▶ [TO DO]:
Copy out exactly the stretch of the listing below that begins at the line containing "f 342 354 355" and ends at the line containing "f 393 392 182", and copy nothing outside it.

▶ [LISTED RECORDS]:
◆ ◆ ◆ ◆ ◆ ◆ ◆

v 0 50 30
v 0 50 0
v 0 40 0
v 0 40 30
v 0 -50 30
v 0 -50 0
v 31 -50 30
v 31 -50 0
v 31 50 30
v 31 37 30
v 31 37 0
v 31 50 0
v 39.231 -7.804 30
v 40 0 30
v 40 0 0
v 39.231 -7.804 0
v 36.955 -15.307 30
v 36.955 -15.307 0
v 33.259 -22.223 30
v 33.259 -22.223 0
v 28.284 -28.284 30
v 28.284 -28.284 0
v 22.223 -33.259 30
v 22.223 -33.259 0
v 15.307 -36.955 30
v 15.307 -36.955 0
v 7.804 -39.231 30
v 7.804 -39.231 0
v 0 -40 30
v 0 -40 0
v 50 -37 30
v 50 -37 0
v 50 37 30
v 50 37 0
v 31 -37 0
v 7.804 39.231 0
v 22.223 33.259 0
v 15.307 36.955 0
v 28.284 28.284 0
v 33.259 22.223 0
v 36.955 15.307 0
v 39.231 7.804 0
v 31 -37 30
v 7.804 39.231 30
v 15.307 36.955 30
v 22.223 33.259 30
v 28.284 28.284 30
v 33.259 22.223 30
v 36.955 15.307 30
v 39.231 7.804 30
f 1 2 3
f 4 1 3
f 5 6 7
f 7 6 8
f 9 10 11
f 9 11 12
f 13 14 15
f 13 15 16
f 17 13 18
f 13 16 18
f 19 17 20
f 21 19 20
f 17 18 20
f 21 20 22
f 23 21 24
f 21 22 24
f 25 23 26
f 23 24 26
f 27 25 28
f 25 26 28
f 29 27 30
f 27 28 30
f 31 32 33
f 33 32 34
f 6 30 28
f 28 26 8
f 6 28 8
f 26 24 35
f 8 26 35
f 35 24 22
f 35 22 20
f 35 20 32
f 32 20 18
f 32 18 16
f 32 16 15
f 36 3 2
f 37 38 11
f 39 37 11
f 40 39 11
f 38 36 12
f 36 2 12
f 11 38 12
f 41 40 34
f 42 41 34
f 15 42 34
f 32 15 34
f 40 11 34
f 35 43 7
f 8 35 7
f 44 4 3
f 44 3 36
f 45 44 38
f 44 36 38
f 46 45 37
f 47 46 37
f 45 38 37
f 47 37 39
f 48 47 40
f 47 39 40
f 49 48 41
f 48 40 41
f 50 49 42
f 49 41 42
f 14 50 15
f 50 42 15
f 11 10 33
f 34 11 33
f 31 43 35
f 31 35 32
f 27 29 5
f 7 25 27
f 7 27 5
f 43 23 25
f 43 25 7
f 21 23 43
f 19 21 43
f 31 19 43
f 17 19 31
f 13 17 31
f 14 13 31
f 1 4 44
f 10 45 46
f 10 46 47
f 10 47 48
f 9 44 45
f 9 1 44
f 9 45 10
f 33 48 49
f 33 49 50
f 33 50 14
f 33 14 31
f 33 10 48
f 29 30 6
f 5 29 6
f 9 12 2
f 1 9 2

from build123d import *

# Parameters (mm, degrees)
EXTRUDE_1_DEPTH     = 30
SKETCH_2_W          = 19
SKETCH_2_H          = 13
CUT_EXTRUDE_1_DEPTH = 77.811457479


with BuildPart() as part:
    # Эскиз1 → Бобышка-Вытянуть1 (new body)
    with BuildSketch(Plane.XY):
        with BuildLine():
            Line((50, 50), (0, 50))
            Line((0, 50), (0, 40))
            ThreePointArc((0, 40), (28.284271247, 28.284271247), (40, 0))
            ThreePointArc((40, 0), (28.284271247, -28.284271247), (0, -40))
            Line((0, -40), (0, -50))
            Line((0, -50), (50, -50))
            Line((50, -50), (50, 50))
        make_face()
    extrude(amount=EXTRUDE_1_DEPTH)

    # Эскиз2 → Вырез-Вытянуть1 (cut, through all)
    with BuildSketch(Plane.XY.offset(30)):
        with Locations((40.5, 43.5)):
            Rectangle(SKETCH_2_W, SKETCH_2_H)
    cut_extrude_1 = extrude(amount=-CUT_EXTRUDE_1_DEPTH, mode=Mode.SUBTRACT)

    # Зеркальное отражение1: Вырез-Вытянуть1 across plane
    add(cut_extrude_1.mirror(Plane.ZX), mode=Mode.SUBTRACT)


solid = part.part
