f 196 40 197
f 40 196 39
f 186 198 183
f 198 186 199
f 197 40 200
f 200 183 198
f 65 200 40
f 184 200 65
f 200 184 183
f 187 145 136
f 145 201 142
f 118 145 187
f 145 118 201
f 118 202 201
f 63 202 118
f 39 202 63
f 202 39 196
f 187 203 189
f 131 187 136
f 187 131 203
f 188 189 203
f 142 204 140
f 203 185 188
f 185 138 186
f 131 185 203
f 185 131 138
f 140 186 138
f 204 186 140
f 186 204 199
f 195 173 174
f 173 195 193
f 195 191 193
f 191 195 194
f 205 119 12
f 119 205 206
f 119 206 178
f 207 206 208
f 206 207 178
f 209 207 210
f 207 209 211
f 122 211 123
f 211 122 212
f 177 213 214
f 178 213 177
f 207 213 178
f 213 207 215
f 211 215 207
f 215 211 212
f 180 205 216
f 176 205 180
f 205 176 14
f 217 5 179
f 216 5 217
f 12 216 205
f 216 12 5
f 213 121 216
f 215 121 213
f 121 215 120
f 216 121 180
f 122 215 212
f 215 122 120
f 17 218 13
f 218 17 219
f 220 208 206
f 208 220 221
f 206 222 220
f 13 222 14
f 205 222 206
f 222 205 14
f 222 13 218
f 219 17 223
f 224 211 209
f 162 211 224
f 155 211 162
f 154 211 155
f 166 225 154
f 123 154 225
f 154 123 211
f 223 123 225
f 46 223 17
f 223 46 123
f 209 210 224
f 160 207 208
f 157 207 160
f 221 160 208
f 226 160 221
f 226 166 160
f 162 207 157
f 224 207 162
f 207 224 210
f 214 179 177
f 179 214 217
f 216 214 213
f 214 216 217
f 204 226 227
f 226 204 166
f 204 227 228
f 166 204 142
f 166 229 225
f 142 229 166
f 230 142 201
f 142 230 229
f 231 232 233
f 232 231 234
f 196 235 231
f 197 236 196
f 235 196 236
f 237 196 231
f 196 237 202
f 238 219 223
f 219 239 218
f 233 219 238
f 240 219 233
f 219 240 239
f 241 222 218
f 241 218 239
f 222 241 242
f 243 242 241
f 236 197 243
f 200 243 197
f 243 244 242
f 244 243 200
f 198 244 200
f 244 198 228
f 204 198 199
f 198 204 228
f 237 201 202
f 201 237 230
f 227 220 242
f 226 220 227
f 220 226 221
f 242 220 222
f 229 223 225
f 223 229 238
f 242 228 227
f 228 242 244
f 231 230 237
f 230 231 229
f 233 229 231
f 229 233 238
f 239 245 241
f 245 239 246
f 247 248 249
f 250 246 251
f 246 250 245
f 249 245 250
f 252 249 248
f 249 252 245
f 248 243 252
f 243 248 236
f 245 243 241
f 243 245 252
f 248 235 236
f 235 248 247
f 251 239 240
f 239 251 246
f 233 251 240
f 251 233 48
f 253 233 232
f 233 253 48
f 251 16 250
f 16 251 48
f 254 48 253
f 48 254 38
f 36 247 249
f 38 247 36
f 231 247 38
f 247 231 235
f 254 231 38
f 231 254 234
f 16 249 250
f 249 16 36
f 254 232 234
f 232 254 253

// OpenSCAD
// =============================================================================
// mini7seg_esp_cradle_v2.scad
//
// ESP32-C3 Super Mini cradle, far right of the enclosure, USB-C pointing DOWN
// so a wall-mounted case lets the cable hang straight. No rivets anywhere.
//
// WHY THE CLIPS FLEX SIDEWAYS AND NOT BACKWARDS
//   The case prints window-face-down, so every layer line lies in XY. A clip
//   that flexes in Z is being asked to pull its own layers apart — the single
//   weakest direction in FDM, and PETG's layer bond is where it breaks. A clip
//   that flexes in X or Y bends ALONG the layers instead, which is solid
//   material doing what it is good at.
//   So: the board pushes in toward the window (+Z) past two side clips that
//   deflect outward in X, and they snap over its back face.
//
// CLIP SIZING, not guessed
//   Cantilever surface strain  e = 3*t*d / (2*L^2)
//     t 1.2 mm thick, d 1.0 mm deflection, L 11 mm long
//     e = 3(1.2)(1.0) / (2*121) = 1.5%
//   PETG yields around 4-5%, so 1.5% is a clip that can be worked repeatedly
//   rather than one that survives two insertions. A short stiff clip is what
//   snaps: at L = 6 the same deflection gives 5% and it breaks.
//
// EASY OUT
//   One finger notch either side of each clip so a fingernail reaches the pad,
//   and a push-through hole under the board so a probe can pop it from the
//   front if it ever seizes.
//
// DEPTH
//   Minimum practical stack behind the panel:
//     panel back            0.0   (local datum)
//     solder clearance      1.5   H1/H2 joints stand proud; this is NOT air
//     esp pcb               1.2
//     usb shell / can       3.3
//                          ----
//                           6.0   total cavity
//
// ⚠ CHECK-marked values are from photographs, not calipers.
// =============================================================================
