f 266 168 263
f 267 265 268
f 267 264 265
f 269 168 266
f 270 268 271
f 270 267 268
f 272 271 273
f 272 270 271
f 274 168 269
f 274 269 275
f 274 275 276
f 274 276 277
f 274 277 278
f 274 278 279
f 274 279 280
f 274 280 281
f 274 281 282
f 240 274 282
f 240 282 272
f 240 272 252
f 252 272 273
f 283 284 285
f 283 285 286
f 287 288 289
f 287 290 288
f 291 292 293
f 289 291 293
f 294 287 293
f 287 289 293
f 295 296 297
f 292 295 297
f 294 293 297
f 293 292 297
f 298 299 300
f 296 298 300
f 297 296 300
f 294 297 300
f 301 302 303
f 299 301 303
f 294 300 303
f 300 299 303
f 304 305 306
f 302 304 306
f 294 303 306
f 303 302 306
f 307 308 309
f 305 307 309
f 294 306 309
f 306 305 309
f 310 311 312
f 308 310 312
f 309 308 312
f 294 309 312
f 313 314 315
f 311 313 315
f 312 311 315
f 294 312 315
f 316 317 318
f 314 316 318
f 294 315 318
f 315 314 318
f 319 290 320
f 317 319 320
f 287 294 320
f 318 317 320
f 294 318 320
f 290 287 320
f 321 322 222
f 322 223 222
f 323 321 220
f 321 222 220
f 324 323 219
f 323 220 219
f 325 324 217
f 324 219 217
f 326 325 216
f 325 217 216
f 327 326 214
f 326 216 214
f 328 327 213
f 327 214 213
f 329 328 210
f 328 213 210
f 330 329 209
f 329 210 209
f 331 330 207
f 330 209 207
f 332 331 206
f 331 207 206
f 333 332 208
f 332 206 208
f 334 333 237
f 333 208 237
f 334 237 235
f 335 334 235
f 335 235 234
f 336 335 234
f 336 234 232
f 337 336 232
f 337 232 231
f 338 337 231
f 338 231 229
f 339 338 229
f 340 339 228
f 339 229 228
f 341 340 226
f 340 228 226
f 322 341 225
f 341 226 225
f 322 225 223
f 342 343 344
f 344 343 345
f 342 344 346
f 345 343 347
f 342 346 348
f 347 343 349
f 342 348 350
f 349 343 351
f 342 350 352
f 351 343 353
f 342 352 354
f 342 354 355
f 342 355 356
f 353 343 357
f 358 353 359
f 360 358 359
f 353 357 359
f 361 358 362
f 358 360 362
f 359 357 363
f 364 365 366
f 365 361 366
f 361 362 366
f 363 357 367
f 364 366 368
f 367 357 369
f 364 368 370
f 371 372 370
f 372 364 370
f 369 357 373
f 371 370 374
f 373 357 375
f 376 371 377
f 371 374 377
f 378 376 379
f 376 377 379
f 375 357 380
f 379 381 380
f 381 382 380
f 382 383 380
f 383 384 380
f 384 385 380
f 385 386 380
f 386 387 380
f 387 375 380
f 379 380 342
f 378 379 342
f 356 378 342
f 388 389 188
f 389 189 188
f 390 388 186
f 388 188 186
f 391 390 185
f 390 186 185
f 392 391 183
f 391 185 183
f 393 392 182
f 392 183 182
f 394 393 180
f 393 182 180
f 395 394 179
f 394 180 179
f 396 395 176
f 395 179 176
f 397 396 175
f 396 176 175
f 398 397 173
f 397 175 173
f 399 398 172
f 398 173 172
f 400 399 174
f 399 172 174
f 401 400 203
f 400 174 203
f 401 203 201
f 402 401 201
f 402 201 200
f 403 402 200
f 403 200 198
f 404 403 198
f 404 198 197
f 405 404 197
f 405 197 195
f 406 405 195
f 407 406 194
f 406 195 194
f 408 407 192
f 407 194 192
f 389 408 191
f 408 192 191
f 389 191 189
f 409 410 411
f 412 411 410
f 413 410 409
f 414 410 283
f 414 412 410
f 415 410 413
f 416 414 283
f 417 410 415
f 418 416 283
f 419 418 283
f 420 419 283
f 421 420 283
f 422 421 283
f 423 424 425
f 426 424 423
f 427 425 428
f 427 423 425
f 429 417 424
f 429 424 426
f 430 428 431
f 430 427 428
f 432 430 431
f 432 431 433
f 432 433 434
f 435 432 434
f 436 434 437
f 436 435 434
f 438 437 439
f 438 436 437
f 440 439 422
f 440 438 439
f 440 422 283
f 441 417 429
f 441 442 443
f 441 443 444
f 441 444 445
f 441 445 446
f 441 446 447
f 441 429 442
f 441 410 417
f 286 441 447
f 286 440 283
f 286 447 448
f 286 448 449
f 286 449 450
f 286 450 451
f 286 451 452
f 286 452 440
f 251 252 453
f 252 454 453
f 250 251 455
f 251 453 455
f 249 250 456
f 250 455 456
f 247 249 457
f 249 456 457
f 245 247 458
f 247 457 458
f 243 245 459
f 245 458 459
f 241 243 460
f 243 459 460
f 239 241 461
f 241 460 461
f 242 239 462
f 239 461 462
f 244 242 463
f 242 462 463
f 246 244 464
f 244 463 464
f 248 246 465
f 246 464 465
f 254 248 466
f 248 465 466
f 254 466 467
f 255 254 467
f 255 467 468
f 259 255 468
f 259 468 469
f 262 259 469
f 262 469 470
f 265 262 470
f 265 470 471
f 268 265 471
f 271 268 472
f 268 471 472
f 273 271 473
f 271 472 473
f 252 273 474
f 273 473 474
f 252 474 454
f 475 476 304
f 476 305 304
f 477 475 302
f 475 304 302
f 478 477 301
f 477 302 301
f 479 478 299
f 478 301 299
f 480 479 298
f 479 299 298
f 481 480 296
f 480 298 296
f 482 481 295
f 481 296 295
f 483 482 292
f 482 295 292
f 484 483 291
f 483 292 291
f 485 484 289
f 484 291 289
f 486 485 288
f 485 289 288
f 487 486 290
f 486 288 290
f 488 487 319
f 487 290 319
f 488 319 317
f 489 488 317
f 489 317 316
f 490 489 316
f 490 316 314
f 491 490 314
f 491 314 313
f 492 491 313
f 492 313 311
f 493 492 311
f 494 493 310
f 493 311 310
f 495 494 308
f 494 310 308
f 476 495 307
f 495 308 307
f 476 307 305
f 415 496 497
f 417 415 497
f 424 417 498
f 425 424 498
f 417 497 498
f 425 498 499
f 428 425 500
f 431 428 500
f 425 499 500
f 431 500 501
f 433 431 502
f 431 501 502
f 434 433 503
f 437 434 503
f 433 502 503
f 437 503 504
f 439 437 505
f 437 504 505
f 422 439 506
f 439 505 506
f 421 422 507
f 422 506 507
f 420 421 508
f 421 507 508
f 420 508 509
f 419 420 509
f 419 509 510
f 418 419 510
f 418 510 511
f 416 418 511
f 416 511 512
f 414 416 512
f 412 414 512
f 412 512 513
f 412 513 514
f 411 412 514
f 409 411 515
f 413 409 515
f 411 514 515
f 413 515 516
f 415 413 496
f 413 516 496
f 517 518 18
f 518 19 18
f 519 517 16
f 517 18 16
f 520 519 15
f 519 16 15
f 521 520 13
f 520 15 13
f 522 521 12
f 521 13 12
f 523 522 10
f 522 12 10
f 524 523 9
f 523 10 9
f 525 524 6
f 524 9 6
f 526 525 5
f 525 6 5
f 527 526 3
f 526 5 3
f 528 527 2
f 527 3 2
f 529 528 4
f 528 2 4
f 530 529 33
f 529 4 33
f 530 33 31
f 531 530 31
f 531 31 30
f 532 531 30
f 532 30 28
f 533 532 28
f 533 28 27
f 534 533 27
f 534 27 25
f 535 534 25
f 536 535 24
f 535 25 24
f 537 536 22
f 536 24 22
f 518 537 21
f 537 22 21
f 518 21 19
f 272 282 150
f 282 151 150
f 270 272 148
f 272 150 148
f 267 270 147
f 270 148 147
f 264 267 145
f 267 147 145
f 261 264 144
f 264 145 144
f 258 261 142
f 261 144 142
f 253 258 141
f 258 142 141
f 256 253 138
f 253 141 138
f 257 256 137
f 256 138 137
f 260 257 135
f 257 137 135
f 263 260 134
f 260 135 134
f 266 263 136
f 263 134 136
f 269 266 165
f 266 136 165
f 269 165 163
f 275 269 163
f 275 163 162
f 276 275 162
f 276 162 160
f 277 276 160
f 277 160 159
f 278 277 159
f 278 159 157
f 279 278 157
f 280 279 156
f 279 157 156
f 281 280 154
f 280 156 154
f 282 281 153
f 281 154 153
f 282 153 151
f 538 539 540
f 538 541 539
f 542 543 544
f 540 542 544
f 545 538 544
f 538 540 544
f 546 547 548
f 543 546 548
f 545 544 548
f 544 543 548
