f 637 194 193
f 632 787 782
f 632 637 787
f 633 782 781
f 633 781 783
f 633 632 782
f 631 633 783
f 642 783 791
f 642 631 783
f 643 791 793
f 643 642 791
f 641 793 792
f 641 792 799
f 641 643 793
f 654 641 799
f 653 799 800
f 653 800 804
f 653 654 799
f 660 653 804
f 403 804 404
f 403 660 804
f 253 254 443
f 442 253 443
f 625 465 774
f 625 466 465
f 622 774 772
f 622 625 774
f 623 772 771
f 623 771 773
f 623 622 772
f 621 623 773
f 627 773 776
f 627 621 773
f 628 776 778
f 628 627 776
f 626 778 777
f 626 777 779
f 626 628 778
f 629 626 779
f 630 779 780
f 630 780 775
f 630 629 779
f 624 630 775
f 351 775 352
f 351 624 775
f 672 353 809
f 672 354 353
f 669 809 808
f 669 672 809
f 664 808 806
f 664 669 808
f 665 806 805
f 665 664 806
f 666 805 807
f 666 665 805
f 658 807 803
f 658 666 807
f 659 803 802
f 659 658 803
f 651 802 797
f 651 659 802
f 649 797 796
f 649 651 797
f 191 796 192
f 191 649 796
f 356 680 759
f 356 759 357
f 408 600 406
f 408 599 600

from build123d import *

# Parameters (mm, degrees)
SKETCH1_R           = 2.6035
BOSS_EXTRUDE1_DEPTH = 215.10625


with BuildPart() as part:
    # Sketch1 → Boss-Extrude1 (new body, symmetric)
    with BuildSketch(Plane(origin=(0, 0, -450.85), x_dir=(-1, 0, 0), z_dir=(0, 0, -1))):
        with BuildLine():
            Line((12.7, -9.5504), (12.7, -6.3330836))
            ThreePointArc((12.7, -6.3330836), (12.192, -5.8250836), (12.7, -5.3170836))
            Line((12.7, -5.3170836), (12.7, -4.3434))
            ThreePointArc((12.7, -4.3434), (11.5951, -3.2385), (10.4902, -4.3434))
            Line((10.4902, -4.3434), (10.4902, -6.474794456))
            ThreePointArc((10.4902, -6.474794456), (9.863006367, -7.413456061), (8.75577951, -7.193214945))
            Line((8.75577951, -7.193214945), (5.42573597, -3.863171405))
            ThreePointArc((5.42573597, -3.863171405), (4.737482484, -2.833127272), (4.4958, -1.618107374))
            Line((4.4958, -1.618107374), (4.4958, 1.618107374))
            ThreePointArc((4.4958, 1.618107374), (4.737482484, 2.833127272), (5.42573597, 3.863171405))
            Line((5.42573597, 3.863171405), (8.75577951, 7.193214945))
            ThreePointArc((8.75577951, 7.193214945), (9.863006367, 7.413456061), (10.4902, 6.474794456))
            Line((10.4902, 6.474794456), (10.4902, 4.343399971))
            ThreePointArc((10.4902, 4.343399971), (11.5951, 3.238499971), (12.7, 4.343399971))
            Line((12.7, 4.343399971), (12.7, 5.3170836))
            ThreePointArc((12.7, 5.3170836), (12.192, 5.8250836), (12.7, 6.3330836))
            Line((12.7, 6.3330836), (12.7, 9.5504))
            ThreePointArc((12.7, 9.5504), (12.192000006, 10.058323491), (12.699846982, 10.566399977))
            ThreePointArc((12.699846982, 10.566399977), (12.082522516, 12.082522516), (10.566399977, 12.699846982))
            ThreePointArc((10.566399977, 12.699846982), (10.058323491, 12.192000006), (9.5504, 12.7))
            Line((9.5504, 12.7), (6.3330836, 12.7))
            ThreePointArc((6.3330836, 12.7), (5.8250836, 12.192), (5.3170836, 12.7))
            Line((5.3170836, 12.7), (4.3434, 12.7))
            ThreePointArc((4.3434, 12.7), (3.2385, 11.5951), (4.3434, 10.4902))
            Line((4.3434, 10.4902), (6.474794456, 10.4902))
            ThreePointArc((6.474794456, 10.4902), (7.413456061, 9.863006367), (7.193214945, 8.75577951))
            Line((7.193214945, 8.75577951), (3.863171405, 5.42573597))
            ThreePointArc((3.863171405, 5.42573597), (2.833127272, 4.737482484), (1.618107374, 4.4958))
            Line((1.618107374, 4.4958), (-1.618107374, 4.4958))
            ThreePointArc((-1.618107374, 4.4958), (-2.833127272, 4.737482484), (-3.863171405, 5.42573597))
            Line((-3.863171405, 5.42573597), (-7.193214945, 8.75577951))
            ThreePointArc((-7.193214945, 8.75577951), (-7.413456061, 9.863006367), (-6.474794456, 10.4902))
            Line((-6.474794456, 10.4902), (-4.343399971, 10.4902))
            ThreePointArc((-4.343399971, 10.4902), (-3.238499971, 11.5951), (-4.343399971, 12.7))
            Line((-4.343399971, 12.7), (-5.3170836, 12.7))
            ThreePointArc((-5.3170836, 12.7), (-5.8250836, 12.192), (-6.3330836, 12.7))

◆ ◆ ◆ ◆ ◆ ◆ ◆

▶ [PROBLEM SOLUTION]:
f 342 354 355
f 342 355 356
f 353 343 357
f 358 353 359
f 360 358 359
f 353 357 359
f 361 358 362
f 358 360 362
f 359 357 363
f 364 365 366
f 365 361 366
f 361 362 366
f 363 357 367
f 364 366 368
f 367 357 369
f 364 368 370
f 371 372 370
f 372 364 370
f 369 357 373
f 371 370 374
f 373 357 375
f 376 371 377
f 371 374 377
f 378 376 379
f 376 377 379
f 375 357 380
f 379 381 380
f 381 382 380
f 382 383 380
f 383 384 380
f 384 385 380
f 385 386 380
f 386 387 380
f 387 375 380
f 379 380 342
f 378 379 342
f 356 378 342
f 388 389 188
f 389 189 188
f 390 388 186
f 388 188 186
f 391 390 185
f 390 186 185
f 392 391 183
f 391 185 183
f 393 392 182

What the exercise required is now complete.